All lines from the opening of the entries below through the line containing "e15 v14 v15 LINE" must be output exactly as they appear, with no other lines.

• **Data provided**:
▼

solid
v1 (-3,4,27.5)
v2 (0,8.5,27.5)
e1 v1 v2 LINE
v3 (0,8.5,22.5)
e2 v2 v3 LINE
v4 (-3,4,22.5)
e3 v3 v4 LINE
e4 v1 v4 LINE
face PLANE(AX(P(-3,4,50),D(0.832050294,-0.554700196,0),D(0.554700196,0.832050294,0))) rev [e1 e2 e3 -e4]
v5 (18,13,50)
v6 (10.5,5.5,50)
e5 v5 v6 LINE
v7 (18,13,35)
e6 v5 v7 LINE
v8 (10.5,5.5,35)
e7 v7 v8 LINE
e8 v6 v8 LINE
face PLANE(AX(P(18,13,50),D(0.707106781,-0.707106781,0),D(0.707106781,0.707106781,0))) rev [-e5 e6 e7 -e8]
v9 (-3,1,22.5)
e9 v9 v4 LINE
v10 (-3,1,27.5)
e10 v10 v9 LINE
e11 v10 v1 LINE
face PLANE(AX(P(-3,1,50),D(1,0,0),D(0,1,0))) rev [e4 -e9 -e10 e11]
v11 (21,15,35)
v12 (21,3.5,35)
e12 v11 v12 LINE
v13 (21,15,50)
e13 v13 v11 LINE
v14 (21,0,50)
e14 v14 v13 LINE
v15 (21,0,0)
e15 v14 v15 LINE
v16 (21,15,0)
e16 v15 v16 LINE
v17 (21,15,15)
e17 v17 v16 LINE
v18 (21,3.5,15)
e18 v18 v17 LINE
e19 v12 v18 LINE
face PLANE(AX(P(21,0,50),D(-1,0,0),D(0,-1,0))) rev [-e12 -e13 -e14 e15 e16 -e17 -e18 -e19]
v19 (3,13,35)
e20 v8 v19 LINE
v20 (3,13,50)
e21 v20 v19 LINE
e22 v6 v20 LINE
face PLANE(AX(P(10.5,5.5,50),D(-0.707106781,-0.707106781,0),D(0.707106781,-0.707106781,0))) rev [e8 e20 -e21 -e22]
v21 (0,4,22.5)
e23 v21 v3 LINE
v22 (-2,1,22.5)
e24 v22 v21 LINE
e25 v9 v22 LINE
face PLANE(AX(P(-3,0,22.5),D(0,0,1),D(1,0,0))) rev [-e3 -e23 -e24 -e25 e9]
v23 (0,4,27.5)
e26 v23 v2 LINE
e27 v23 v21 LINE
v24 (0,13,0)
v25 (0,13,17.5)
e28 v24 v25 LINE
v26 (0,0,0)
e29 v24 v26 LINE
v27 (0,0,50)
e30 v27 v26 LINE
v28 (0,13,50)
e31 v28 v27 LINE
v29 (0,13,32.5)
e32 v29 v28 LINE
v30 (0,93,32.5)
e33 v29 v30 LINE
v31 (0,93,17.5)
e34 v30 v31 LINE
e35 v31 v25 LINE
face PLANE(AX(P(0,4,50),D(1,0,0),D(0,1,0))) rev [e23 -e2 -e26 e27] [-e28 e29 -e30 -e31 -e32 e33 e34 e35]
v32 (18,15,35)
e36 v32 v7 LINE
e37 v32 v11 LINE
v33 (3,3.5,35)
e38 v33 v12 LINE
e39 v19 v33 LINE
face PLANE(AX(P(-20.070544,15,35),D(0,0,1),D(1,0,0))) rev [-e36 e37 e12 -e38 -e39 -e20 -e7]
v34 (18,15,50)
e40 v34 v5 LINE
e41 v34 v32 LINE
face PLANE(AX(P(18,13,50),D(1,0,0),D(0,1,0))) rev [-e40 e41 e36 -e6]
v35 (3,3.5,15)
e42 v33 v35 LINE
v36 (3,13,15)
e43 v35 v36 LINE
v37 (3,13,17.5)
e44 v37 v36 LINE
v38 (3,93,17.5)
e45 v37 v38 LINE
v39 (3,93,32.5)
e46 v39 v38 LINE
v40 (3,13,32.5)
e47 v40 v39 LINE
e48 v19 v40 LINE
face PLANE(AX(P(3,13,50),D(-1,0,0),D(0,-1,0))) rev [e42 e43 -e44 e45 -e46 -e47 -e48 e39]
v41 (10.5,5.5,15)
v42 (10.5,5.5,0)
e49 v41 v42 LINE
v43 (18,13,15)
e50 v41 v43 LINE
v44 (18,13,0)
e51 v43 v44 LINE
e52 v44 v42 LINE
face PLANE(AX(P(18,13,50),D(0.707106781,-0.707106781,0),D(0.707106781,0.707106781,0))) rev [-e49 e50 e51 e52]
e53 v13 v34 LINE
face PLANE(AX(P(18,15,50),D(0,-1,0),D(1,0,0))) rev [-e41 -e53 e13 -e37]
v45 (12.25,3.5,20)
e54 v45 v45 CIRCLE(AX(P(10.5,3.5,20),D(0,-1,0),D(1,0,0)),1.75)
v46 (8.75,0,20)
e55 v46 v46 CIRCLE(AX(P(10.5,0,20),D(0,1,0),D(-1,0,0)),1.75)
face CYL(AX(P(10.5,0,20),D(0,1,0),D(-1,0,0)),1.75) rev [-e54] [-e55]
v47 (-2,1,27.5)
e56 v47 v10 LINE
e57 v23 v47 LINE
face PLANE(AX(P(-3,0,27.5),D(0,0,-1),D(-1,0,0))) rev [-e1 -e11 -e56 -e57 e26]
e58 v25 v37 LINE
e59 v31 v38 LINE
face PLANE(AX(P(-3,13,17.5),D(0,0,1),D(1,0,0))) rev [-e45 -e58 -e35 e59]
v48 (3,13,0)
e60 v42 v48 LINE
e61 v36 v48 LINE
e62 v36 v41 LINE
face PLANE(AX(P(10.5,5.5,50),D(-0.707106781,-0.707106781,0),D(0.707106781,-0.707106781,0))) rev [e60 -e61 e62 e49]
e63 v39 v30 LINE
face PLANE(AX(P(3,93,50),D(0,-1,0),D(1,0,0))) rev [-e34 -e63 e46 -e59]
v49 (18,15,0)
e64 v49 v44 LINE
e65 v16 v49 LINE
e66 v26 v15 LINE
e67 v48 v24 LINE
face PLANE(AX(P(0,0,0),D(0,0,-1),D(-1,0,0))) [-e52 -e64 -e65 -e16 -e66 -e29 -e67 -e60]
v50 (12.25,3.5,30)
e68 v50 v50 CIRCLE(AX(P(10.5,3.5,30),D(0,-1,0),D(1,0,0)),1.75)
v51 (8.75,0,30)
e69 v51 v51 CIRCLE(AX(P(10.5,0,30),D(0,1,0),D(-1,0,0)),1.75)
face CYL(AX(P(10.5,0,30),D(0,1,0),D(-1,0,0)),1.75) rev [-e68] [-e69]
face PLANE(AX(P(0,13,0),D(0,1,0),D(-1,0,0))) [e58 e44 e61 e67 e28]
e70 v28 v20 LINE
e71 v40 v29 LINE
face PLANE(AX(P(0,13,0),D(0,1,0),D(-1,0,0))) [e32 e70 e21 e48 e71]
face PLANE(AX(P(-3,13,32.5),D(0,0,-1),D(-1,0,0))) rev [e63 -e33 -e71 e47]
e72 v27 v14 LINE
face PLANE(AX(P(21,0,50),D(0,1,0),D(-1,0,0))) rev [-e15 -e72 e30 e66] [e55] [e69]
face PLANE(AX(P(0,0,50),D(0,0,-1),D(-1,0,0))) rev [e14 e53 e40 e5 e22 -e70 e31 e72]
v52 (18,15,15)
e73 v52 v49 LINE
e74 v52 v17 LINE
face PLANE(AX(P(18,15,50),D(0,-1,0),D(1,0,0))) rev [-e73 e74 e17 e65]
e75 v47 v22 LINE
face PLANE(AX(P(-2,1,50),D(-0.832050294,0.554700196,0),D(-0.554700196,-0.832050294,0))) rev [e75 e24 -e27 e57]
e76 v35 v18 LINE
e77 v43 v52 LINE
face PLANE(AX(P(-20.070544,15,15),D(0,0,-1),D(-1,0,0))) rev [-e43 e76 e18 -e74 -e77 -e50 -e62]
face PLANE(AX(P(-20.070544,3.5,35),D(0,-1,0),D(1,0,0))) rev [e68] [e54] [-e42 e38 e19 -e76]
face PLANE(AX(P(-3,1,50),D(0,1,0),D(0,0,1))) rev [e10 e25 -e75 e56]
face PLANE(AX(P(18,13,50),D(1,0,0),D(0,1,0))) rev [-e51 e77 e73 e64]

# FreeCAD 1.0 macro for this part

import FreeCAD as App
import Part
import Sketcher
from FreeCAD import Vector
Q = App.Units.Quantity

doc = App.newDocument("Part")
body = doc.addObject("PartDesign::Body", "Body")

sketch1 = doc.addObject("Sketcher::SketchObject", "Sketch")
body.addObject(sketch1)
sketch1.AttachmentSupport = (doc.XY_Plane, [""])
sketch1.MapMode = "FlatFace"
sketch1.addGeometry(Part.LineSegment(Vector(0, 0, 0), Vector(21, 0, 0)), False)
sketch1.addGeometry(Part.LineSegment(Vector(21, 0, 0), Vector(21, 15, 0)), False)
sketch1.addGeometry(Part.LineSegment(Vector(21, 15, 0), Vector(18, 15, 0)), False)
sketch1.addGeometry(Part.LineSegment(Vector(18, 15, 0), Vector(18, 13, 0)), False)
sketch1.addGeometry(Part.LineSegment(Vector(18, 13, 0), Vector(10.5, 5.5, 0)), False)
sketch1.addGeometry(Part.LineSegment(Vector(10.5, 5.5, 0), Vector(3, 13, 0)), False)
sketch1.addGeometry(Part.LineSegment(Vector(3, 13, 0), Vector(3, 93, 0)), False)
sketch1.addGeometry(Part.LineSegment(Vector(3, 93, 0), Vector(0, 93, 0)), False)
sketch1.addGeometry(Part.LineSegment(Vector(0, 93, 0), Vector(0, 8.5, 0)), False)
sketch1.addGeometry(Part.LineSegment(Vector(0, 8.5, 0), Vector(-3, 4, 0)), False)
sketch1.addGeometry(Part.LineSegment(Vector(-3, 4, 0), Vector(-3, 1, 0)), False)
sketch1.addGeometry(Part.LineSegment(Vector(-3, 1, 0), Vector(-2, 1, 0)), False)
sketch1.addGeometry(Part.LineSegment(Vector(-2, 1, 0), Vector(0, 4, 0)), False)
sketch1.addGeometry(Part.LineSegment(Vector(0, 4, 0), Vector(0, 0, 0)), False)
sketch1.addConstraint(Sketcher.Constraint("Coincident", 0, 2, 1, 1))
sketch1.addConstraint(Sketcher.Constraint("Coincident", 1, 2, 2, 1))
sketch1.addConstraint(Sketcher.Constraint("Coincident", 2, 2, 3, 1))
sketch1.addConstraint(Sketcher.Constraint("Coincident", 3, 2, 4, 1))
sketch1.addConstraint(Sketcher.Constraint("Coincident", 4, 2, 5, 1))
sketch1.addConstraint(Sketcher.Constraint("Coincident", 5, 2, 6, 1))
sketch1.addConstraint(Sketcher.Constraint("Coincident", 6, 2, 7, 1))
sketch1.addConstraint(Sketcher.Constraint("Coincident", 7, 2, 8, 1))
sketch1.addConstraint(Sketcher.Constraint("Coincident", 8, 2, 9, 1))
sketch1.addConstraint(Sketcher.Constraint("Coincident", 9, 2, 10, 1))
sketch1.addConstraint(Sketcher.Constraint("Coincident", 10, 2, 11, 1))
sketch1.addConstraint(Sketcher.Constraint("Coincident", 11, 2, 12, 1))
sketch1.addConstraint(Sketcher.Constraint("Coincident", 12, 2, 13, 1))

▲

• **Answer section**:
solid
v1 (-3,4,27.5)
v2 (0,8.5,27.5)
e1 v1 v2 LINE
v3 (0,8.5,22.5)
e2 v2 v3 LINE
v4 (-3,4,22.5)
e3 v3 v4 LINE
e4 v1 v4 LINE
face PLANE(AX(P(-3,4,50),D(0.832050294,-0.554700196,0),D(0.554700196,0.832050294,0))) rev [e1 e2 e3 -e4]
v5 (18,13,50)
v6 (10.5,5.5,50)
e5 v5 v6 LINE
v7 (18,13,35)
e6 v5 v7 LINE
v8 (10.5,5.5,35)
e7 v7 v8 LINE
e8 v6 v8 LINE
face PLANE(AX(P(18,13,50),D(0.707106781,-0.707106781,0),D(0.707106781,0.707106781,0))) rev [-e5 e6 e7 -e8]
v9 (-3,1,22.5)
e9 v9 v4 LINE
v10 (-3,1,27.5)
e10 v10 v9 LINE
e11 v10 v1 LINE
face PLANE(AX(P(-3,1,50),D(1,0,0),D(0,1,0))) rev [e4 -e9 -e10 e11]
v11 (21,15,35)
v12 (21,3.5,35)
e12 v11 v12 LINE
v13 (21,15,50)
e13 v13 v11 LINE
v14 (21,0,50)
e14 v14 v13 LINE
v15 (21,0,0)
e15 v14 v15 LINE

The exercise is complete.